[Stored items]
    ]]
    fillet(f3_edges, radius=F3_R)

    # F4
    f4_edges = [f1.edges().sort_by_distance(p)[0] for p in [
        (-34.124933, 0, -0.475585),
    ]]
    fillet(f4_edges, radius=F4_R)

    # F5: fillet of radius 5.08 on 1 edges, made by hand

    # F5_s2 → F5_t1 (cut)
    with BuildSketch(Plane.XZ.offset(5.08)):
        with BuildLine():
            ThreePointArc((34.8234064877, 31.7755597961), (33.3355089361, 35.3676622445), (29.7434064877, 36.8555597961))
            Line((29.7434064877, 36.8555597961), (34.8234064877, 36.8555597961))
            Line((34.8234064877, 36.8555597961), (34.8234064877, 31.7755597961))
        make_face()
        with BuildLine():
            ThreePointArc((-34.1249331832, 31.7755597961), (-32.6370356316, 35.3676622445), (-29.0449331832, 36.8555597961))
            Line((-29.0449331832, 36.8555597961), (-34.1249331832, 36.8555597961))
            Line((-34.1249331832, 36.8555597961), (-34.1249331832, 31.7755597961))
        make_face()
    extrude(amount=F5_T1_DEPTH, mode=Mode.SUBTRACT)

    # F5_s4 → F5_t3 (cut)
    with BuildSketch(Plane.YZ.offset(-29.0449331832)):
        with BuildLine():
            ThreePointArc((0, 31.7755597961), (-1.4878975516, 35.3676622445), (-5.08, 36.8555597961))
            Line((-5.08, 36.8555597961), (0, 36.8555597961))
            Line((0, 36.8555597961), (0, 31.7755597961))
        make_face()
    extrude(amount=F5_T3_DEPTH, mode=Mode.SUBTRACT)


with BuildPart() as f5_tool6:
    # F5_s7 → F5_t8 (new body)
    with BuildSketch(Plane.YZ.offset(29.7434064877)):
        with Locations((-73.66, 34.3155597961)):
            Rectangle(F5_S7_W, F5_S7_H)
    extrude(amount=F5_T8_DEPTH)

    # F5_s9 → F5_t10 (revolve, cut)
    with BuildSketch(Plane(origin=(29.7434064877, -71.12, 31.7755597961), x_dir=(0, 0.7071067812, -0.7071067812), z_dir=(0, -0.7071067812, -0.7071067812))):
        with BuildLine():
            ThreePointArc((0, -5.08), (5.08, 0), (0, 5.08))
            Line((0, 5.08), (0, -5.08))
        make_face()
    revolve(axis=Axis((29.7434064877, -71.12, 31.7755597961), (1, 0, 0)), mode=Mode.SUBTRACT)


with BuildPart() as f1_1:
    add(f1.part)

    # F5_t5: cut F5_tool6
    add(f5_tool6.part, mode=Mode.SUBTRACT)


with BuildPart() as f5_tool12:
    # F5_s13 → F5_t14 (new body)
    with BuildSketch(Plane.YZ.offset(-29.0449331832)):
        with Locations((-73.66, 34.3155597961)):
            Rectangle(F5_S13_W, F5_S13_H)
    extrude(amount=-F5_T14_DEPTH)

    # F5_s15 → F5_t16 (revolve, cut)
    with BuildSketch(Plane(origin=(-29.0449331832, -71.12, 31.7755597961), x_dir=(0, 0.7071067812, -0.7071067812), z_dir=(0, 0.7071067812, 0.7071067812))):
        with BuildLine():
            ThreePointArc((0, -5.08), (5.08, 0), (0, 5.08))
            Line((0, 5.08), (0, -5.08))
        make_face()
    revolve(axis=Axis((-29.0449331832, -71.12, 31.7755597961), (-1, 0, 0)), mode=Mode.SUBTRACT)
---
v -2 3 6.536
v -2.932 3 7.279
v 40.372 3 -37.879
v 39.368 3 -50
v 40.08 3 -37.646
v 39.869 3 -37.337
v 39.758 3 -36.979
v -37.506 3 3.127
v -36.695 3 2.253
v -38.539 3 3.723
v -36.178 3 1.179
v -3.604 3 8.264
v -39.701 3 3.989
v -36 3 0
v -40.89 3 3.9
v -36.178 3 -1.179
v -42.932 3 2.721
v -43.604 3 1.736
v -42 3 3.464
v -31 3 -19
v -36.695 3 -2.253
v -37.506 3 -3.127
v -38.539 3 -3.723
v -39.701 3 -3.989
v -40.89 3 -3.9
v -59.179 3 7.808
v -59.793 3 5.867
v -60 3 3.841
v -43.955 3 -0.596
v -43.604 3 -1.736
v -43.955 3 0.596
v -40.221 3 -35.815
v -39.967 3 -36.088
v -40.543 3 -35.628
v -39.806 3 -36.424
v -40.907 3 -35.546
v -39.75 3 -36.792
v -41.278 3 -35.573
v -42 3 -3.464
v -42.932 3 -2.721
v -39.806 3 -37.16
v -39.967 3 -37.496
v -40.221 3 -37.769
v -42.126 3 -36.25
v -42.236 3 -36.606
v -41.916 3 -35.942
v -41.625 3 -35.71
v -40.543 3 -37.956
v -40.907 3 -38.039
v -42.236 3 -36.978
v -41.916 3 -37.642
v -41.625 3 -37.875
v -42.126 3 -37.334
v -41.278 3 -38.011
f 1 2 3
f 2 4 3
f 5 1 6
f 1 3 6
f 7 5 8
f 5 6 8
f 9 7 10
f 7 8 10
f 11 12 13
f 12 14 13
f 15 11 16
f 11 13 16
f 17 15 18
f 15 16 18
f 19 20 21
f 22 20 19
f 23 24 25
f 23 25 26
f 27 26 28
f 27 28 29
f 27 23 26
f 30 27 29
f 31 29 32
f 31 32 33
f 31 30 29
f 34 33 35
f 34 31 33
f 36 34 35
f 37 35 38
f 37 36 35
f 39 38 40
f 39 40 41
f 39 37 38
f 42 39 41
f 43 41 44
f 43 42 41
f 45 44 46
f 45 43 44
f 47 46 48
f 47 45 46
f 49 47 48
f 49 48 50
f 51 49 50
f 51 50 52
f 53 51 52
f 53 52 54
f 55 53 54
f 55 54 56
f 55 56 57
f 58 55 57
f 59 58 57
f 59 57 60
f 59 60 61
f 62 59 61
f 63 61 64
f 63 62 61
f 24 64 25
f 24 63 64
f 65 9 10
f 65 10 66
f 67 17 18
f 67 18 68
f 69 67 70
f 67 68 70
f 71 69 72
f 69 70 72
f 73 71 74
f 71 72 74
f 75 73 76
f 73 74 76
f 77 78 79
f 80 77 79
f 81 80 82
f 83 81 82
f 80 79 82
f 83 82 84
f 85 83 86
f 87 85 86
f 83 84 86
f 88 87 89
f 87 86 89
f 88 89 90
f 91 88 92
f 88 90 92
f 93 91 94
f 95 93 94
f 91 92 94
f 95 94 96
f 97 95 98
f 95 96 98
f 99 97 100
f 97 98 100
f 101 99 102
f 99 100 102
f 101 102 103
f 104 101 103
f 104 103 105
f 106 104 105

**Task brief:** The expected answer is an exact copy of the lines above, beginning at the line with "fillet(f4_edges, radius=F4_R)" and ending at the line with "Line((-5.08, 36.8555597961), (0, 36.8555597961))", with both ends in.

**Answer section:**
    fillet(f4_edges, radius=F4_R)

    # F5: fillet of radius 5.08 on 1 edges, made by hand

    # F5_s2 → F5_t1 (cut)
    with BuildSketch(Plane.XZ.offset(5.08)):
        with BuildLine():
            ThreePointArc((34.8234064877, 31.7755597961), (33.3355089361, 35.3676622445), (29.7434064877, 36.8555597961))
            Line((29.7434064877, 36.8555597961), (34.8234064877, 36.8555597961))
            Line((34.8234064877, 36.8555597961), (34.8234064877, 31.7755597961))
        make_face()
        with BuildLine():
            ThreePointArc((-34.1249331832, 31.7755597961), (-32.6370356316, 35.3676622445), (-29.0449331832, 36.8555597961))
            Line((-29.0449331832, 36.8555597961), (-34.1249331832, 36.8555597961))
            Line((-34.1249331832, 36.8555597961), (-34.1249331832, 31.7755597961))
        make_face()
    extrude(amount=F5_T1_DEPTH, mode=Mode.SUBTRACT)

    # F5_s4 → F5_t3 (cut)
    with BuildSketch(Plane.YZ.offset(-29.0449331832)):
        with BuildLine():
            ThreePointArc((0, 31.7755597961), (-1.4878975516, 35.3676622445), (-5.08, 36.8555597961))
            Line((-5.08, 36.8555597961), (0, 36.8555597961))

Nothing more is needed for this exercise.